Chatting last night with someone from my weight loss surgery chat, I got asked why I have a link to the Chubby Girl Brigade website on my blog. I was kind of lost for an answer at first, my initial response being a kinda "like I guess, um, I like it, you know?" (I am of course from Southern California and it shows most when I'm under pressure). But she asked further why I thought the site was inspiring or helpful as connected with this blog.
That's a fair question. I mean, this is a site about my journey into weight loss surgery and here I am linking a site that's about loving yourself, fat and all. How could someone who's planning to have 80% of her stomach removed and her intestines re-routed see a site that has as a tag line "you can have a tummy and still be yummy" as helpful or inspiring?
Okay, first answer is that the CGB is hell of funny. This entry alone, titled "My Gynecology Appointment or The Day I Ate An Entire Package of Pillsbury's White Chocolate and Macadamia Nut Cookie Dough While Sobbing In My Car" would make the site worth linking. Funny always works for me.
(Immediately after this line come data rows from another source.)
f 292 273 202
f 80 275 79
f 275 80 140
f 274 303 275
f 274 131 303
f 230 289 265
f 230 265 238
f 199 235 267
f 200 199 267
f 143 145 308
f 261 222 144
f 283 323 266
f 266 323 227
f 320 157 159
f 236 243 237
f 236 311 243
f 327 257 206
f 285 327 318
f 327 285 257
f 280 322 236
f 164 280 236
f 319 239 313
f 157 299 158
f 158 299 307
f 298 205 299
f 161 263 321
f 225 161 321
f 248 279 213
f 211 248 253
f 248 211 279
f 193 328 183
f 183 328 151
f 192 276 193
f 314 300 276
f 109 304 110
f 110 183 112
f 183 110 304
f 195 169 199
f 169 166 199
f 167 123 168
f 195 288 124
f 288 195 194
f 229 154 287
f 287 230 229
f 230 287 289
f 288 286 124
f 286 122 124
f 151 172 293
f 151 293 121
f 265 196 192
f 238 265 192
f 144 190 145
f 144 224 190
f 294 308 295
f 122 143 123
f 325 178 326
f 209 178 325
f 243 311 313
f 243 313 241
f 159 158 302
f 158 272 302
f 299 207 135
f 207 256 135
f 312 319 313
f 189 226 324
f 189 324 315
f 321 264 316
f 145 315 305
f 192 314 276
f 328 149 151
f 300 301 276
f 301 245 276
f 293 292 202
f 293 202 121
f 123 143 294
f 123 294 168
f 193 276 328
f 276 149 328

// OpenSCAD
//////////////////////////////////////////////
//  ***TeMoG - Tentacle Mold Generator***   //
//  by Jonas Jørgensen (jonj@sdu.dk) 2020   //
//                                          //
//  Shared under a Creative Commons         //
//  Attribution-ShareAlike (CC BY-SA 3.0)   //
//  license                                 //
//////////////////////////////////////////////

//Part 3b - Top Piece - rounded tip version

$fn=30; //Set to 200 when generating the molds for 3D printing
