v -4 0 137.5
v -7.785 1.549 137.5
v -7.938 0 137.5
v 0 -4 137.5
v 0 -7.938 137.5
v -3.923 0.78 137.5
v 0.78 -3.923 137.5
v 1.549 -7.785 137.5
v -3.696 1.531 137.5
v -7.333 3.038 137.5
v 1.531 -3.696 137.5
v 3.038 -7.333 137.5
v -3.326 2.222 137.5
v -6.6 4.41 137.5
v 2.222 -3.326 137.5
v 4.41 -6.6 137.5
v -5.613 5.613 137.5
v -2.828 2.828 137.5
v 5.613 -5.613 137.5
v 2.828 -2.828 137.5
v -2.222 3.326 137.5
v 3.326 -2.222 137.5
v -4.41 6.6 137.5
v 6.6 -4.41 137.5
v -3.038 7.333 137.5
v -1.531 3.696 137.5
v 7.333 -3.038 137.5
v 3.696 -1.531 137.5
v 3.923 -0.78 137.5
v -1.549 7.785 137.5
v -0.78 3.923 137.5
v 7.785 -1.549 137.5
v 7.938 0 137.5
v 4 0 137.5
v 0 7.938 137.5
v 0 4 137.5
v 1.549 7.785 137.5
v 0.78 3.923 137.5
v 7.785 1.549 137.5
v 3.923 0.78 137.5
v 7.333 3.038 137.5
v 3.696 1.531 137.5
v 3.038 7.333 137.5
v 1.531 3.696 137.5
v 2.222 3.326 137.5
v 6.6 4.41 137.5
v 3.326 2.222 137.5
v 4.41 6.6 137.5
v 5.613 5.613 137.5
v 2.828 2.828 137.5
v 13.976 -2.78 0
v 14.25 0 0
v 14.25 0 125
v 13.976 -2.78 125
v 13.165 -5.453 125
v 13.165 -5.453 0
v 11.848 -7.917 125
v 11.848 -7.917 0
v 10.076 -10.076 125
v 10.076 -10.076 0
But the answer is deeper than that. I like CGB because in the last 20 years I've come to like myself a lot more than I did when I was 17 and a size 10. I didn't get to enjoy being slim because I saw myself as fat and hidious at that age. I was more ashamed to show my size 10 body in a bathing suit at 17 then I am to show my size 28 one today. Okay, I'm not thrilled now, and would kill anyone who even thought of being clever with the "photo op" and pulled a camera, but I wouldn't keep a tee-shirt and shorts on at the beach just to keep from having anyone see my arms or legs. Yes, I weep for that 17 year old now and want to hiss to her that she'll never look better in her life then she does at that moment. It wouldn't have made her happy though. Hell, the girl I was then would have committed suicide in horror on getting that news.
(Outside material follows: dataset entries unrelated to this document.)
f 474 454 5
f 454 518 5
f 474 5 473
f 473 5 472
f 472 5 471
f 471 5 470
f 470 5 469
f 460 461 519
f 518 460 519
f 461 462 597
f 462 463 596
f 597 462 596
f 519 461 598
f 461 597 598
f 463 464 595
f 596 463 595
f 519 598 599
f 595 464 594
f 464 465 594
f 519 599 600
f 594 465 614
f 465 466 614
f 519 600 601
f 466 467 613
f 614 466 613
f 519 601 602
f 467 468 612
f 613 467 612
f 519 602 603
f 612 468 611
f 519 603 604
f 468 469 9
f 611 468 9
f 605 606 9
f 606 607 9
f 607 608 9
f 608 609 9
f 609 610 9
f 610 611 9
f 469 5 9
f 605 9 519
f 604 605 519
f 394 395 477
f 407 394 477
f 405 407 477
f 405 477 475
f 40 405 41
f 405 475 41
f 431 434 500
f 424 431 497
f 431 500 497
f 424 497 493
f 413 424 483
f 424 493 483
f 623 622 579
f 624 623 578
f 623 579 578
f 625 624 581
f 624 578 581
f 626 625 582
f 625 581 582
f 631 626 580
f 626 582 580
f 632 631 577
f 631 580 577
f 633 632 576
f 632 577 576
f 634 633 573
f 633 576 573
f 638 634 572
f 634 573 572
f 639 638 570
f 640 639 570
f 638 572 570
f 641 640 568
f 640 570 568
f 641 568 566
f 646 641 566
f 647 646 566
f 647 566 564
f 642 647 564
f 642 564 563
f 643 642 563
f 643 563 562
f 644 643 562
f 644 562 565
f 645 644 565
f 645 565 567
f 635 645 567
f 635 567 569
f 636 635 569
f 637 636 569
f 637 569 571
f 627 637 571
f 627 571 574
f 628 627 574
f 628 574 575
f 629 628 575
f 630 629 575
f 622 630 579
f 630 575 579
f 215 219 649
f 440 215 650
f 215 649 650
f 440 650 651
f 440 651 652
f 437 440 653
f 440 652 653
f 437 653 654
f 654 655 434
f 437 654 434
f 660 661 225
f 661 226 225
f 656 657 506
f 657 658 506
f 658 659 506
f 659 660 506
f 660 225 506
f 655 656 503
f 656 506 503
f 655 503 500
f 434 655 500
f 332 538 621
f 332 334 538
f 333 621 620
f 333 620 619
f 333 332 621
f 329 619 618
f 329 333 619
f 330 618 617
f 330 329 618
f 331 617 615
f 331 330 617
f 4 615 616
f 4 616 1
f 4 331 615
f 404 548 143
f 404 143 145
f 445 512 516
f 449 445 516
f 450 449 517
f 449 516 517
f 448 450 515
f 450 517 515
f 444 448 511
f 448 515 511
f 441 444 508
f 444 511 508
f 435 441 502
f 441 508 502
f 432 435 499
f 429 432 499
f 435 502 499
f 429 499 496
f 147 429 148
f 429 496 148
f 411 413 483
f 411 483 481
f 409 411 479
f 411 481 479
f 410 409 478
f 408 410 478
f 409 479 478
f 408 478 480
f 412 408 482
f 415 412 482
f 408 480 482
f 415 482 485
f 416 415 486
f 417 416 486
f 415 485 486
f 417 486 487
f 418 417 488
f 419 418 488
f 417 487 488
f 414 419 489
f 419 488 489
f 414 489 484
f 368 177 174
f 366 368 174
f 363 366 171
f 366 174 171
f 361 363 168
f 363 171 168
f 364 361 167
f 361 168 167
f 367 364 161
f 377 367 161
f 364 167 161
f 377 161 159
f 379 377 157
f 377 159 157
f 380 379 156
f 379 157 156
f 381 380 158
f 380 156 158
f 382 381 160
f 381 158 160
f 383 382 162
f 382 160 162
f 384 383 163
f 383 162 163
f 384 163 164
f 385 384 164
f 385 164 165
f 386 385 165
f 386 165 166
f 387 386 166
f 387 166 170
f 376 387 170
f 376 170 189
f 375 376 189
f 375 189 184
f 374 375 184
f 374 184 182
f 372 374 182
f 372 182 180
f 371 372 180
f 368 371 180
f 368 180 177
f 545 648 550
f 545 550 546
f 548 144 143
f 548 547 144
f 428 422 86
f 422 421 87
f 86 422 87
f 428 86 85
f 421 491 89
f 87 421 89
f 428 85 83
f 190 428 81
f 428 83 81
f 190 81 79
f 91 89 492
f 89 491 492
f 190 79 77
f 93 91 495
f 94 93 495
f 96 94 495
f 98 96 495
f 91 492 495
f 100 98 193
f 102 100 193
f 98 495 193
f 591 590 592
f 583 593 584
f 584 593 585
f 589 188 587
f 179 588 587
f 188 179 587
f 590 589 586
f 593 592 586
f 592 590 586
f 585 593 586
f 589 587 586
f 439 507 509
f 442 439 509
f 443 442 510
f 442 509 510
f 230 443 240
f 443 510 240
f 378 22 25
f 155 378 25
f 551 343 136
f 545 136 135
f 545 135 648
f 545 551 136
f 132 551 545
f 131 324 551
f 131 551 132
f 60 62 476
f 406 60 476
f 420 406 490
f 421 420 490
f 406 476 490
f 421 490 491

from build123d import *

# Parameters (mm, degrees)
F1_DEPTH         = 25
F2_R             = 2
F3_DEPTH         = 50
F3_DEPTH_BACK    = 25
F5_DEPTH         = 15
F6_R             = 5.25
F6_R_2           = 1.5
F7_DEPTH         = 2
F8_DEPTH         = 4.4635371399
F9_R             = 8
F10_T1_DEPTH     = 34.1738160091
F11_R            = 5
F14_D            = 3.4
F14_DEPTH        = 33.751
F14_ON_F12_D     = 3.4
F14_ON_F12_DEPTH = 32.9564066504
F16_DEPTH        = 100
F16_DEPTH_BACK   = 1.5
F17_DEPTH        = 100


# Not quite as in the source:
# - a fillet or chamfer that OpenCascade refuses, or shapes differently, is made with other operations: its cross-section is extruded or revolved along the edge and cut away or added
Like the women who contribute to the CGB blog, I have a fear of being told I'm too fat to fly. Probably a far more realistic fear given that I'm 361 pounds and called by the medical community "super morbidly obese. It hasn't yet happened, praise God/dess. Still, it could. Sure, I hope my duodenal switch surgery two weeks from today gives me the chance to get down to a size twelve, but I'll be happy at a 16. Heck, I'm going to be thrilled at a 22. It's been more than 10 years since I wore any jeans smaller than 24 (and they look amazingly small now).
I'm not having a duodenal switch because I hate not being able to find clothes or wear small sizes. I'm having it because of this (er, not this post obviously, I mean, I had a surgery date before this entry was written). If you don't want to go read it, it's a blog entry about an ad for a toilet made larger for large sized people. The entry's title is "Commence Wrist Slitting" and the jist is that okay, the author may be fat but she'd consider suicide if she needed this giant crapper. My point in commenting on this isn't to get down on the CGB for having a giggle at people heavier than themselves because I don't think they were making fun of anyone. I think it's horror at what could happen that makes people need to laugh.
My point though is that when we moved into our apartment, I realized with a bit of shock that the toilet is very small for me. Small enough that at first I had a fear of breaking it. Okay, I've had the arm come off a friend's chair (she swore it had been broken already, but to me I broke the chair) when I was sitting on it, but here I was imagining breaking a frigging toilet. If you care at all about me, you'll be happy to know that the toilet is apparently very sturdy and I've adapted. But at the same time I was feeling this fear of toilet damage I was also trying to help my beloved move our 20,000 books and belongings across Los Angeles. And realizing that it was really all I could do to carry myself. He never complained, but I felt like a terrible burden.
So why do I love the Chubby Girl Brigade? Because they love themselves as they are and I find that beautiful and inspiring. Why am I having weight loss surgery in two weeks? Because I love myself too. I just want to make sure I get to enjoy my life for a long time to come.
(Plus, I just don't want to need to explain to our crazy landlady that we need to install a plus-sized throne. Just having her get rid of the termites was complicated enough.)